In the entries that follow, the line with "#74=PLANE('',#73);" opens the range and the line with "END-ISO-10303-21;" closes it; repeat that range exactly, both lines included.

_Records supplied_.
§
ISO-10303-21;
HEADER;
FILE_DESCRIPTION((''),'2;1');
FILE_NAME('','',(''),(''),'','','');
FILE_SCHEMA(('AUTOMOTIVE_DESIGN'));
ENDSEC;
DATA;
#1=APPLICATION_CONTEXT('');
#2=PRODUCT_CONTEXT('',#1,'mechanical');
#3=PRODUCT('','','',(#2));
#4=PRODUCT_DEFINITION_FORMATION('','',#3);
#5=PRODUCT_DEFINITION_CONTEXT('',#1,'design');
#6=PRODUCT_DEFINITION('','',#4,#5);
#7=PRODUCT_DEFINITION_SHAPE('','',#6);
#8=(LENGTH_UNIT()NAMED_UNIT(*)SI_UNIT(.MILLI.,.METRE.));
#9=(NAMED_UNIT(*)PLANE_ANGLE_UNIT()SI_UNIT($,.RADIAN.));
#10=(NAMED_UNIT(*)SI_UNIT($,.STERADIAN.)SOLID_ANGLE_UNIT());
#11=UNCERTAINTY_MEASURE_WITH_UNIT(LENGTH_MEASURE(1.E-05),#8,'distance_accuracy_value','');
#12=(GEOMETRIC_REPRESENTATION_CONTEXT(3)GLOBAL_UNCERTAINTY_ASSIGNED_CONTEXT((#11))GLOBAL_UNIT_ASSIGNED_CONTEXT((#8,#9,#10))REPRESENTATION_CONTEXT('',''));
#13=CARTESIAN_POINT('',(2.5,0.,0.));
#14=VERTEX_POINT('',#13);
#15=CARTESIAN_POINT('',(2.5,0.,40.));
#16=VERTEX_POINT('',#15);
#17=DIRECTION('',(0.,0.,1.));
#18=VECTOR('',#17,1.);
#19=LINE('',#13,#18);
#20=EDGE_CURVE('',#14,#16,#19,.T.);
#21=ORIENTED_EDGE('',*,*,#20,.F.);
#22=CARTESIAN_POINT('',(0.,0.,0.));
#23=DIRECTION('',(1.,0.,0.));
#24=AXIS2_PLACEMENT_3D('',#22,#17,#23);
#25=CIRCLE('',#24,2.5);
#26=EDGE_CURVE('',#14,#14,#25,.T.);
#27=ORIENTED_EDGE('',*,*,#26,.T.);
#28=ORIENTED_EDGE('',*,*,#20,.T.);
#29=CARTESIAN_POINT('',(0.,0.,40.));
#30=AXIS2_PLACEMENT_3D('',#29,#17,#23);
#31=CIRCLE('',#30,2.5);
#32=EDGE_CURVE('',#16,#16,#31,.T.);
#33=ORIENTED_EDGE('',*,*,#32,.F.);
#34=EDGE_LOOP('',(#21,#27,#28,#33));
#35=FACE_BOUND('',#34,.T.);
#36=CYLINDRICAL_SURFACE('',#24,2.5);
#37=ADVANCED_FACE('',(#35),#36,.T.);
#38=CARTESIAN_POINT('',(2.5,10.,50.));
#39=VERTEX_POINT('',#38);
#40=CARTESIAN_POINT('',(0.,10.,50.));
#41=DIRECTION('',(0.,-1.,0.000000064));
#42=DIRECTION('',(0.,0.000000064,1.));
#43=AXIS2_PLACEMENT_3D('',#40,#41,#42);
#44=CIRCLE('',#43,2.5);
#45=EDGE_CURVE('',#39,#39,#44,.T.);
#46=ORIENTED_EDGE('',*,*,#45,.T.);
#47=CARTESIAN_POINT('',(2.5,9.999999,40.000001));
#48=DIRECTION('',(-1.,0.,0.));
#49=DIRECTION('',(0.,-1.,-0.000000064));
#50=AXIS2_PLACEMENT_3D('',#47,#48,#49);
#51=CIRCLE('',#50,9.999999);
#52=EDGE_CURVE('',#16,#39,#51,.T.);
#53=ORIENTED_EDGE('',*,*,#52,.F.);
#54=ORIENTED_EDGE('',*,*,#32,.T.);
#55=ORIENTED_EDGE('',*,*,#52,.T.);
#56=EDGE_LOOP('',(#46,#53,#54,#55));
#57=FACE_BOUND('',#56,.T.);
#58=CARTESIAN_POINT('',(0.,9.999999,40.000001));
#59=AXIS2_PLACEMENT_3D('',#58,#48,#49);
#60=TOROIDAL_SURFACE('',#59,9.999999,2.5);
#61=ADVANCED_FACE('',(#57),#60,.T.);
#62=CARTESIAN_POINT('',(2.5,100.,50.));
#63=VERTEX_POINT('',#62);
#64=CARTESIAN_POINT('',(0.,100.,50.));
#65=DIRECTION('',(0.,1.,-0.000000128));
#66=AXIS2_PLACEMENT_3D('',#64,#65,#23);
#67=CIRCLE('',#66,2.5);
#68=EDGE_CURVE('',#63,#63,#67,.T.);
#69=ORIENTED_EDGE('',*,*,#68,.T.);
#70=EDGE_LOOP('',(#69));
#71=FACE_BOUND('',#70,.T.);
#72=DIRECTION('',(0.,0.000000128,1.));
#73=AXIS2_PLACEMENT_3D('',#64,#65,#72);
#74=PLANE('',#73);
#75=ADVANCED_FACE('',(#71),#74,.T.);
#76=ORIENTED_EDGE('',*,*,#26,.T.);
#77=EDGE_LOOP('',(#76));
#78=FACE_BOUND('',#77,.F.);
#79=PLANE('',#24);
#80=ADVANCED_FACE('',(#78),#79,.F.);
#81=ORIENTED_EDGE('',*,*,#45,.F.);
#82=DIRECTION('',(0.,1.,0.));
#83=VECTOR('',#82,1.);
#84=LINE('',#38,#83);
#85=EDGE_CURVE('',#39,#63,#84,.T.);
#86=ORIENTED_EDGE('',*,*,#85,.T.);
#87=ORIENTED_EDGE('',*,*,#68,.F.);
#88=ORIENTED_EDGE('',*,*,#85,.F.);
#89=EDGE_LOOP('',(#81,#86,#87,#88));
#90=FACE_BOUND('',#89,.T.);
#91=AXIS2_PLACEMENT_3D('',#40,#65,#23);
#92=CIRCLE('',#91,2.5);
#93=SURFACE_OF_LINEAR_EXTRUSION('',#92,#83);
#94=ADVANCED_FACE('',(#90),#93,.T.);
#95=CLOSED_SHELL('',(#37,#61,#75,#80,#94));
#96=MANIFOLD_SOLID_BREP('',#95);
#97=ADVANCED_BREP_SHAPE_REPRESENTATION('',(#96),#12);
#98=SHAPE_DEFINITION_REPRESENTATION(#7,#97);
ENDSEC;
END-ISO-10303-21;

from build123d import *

# Parameters (mm, degrees)
SKETCH_R = 2.5


with BuildPart() as part:
    # AdditivePipe: sweep along a path in Sketch001
    with BuildLine(Plane.YZ) as additivepipe_path:
        Line((0, 0), (0, 40))
        ThreePointArc((0, 40), (2.928932, 47.071068), (10, 50))
        Line((10, 50), (100, 50))
    # Sketch → AdditivePipe (sweep)
    with BuildSketch(Plane.XY):
        Circle(SKETCH_R)
    sweep(path=additivepipe_path.line)


solid = part.part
§
_The answer_.
#74=PLANE('',#73);
#75=ADVANCED_FACE('',(#71),#74,.T.);
#76=ORIENTED_EDGE('',*,*,#26,.T.);
#77=EDGE_LOOP('',(#76));
#78=FACE_BOUND('',#77,.F.);
#79=PLANE('',#24);
#80=ADVANCED_FACE('',(#78),#79,.F.);
#81=ORIENTED_EDGE('',*,*,#45,.F.);
#82=DIRECTION('',(0.,1.,0.));
#83=VECTOR('',#82,1.);
#84=LINE('',#38,#83);
#85=EDGE_CURVE('',#39,#63,#84,.T.);
#86=ORIENTED_EDGE('',*,*,#85,.T.);
#87=ORIENTED_EDGE('',*,*,#68,.F.);
#88=ORIENTED_EDGE('',*,*,#85,.F.);
#89=EDGE_LOOP('',(#81,#86,#87,#88));
#90=FACE_BOUND('',#89,.T.);
#91=AXIS2_PLACEMENT_3D('',#40,#65,#23);
#92=CIRCLE('',#91,2.5);
#93=SURFACE_OF_LINEAR_EXTRUSION('',#92,#83);
#94=ADVANCED_FACE('',(#90),#93,.T.);
#95=CLOSED_SHELL('',(#37,#61,#75,#80,#94));
#96=MANIFOLD_SOLID_BREP('',#95);
#97=ADVANCED_BREP_SHAPE_REPRESENTATION('',(#96),#12);
#98=SHAPE_DEFINITION_REPRESENTATION(#7,#97);
ENDSEC;
END-ISO-10303-21;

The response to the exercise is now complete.